**Data items**.
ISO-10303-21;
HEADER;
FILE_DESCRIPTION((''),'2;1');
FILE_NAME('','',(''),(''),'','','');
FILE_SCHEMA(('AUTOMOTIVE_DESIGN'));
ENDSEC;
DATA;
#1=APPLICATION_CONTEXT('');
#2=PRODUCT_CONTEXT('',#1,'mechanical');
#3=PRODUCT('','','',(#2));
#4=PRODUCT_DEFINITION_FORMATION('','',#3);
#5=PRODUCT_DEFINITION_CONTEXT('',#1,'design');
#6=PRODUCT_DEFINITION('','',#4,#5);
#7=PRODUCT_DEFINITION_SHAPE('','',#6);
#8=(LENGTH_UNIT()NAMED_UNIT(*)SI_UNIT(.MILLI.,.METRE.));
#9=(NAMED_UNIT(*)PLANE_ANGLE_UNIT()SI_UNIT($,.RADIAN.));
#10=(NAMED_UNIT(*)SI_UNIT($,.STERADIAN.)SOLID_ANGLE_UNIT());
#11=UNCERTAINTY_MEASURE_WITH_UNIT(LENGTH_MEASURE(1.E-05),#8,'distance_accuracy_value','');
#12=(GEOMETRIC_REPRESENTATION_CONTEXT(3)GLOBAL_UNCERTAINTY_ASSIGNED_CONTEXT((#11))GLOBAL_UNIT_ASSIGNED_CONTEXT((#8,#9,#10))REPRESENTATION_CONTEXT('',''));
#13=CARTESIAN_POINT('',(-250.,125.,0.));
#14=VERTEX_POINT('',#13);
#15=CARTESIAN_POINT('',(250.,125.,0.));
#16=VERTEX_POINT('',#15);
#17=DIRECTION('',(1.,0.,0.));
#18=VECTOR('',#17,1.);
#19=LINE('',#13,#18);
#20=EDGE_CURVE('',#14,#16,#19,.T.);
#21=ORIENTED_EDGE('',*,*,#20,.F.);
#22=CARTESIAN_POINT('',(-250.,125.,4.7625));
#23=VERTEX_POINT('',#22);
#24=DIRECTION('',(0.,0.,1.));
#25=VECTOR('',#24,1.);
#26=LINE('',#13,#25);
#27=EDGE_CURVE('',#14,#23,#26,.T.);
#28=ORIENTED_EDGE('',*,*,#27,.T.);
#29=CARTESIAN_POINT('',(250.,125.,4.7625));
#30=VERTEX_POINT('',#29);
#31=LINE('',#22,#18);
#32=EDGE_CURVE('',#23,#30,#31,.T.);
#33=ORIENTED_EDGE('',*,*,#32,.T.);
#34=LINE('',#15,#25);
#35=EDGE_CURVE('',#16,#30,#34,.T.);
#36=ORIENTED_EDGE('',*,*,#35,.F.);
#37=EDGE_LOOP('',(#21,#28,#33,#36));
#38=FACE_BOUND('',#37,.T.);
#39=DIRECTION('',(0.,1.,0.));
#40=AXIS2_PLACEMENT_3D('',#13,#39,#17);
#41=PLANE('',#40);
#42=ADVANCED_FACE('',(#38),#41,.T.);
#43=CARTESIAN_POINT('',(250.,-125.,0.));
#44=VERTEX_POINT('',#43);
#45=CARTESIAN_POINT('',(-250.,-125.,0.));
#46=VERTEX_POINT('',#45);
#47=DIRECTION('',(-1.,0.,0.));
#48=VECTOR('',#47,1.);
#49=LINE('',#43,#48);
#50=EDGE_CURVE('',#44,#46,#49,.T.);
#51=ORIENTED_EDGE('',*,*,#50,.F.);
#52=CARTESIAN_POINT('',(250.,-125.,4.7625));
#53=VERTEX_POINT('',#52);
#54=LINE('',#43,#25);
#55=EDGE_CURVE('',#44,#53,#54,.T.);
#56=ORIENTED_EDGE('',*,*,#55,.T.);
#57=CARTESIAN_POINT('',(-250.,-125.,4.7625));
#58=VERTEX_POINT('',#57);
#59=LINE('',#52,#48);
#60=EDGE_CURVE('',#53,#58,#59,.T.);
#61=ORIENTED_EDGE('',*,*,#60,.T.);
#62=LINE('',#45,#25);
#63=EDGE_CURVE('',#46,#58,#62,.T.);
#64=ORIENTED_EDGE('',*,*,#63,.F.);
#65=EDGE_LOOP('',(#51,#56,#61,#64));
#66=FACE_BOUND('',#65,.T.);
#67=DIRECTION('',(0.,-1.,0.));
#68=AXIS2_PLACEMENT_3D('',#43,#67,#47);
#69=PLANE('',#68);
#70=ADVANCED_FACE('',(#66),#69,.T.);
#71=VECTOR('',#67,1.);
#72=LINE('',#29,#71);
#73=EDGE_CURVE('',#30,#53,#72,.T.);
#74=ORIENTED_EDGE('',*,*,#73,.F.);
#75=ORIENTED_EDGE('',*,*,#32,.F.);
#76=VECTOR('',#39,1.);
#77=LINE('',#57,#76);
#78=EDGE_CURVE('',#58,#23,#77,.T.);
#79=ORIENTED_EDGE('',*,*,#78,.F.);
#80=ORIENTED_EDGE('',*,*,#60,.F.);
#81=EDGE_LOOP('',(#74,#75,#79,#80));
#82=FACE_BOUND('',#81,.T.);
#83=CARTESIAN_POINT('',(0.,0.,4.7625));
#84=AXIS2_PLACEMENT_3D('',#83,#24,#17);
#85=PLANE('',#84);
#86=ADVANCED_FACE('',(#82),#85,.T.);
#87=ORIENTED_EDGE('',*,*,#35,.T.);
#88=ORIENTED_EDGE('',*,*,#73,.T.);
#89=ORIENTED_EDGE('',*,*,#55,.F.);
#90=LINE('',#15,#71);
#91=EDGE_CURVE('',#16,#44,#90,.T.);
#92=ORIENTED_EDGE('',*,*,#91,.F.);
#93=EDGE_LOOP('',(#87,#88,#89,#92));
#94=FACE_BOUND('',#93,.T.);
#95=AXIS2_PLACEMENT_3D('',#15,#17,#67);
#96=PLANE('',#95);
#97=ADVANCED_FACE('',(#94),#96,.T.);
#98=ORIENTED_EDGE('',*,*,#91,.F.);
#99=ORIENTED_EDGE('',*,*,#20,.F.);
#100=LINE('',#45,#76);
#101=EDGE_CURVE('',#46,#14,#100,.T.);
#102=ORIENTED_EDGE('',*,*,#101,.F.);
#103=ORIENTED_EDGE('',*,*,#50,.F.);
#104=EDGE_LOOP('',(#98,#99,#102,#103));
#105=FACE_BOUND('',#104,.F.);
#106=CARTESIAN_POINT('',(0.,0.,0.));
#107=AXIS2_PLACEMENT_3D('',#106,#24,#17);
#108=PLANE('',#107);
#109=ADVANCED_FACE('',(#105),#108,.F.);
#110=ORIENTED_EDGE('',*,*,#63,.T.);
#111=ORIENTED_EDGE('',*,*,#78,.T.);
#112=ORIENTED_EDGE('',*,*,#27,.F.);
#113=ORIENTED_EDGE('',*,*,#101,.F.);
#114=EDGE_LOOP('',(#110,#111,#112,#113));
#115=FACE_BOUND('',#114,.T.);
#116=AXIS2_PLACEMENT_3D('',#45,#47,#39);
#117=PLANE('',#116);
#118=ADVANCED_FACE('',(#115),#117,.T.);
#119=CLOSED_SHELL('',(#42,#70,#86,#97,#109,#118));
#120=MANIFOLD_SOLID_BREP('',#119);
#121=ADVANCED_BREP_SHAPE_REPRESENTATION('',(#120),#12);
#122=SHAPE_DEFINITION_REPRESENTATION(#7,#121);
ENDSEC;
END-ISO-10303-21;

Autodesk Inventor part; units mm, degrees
ref_plane "YZ Plane" through (0, 0, 0) normal (1, 0, 0) x (0, 1, 0)
ref_plane "XZ Plane" through (0, 0, 0) normal (0, 1, 0) x (-1, 0, 0)
ref_plane "XY Plane" through (0, 0, 0) normal (0, 0, 1) x (1, 0, 0)
sketch "Sketch1" plane through (0, 0, 0) normal (0, 0, 1) x (1, 0, 0)
  line L0 (250, -125) -> (-250, -125)
  line L1 (-250, -125) -> (-250, 125)
  line L2 (-250, 125) -> (250, 125)
  line L3 (250, 125) -> (250, -125)
  line L4 (250, -125) -> (-250, 125) construction
  line L5 (-250, -125) -> (250, 125) construction
  point P0 (0, 0)
  dimension "d0" = 500
  dimension "d1" = 250
extrude "Extrusion1" add sketch "Sketch1" along normal blind 4.7625
properties part number "Patch Panel" material "ABS Plastic"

**Your task**. Would you output, from the records above, exactly the run of lines that starts at the line containing "#102=ORIENTED_EDGE('',*,*,#101,.F.);" and ends at the line containing "END-ISO-10303-21;", and only that run?

**Answer below**.
#102=ORIENTED_EDGE('',*,*,#101,.F.);
#103=ORIENTED_EDGE('',*,*,#50,.F.);
#104=EDGE_LOOP('',(#98,#99,#102,#103));
#105=FACE_BOUND('',#104,.F.);
#106=CARTESIAN_POINT('',(0.,0.,0.));
#107=AXIS2_PLACEMENT_3D('',#106,#24,#17);
#108=PLANE('',#107);
#109=ADVANCED_FACE('',(#105),#108,.F.);
#110=ORIENTED_EDGE('',*,*,#63,.T.);
#111=ORIENTED_EDGE('',*,*,#78,.T.);
#112=ORIENTED_EDGE('',*,*,#27,.F.);
#113=ORIENTED_EDGE('',*,*,#101,.F.);
#114=EDGE_LOOP('',(#110,#111,#112,#113));
#115=FACE_BOUND('',#114,.T.);
#116=AXIS2_PLACEMENT_3D('',#45,#47,#39);
#117=PLANE('',#116);
#118=ADVANCED_FACE('',(#115),#117,.T.);
#119=CLOSED_SHELL('',(#42,#70,#86,#97,#109,#118));
#120=MANIFOLD_SOLID_BREP('',#119);
#121=ADVANCED_BREP_SHAPE_REPRESENTATION('',(#120),#12);
#122=SHAPE_DEFINITION_REPRESENTATION(#7,#121);
ENDSEC;
END-ISO-10303-21;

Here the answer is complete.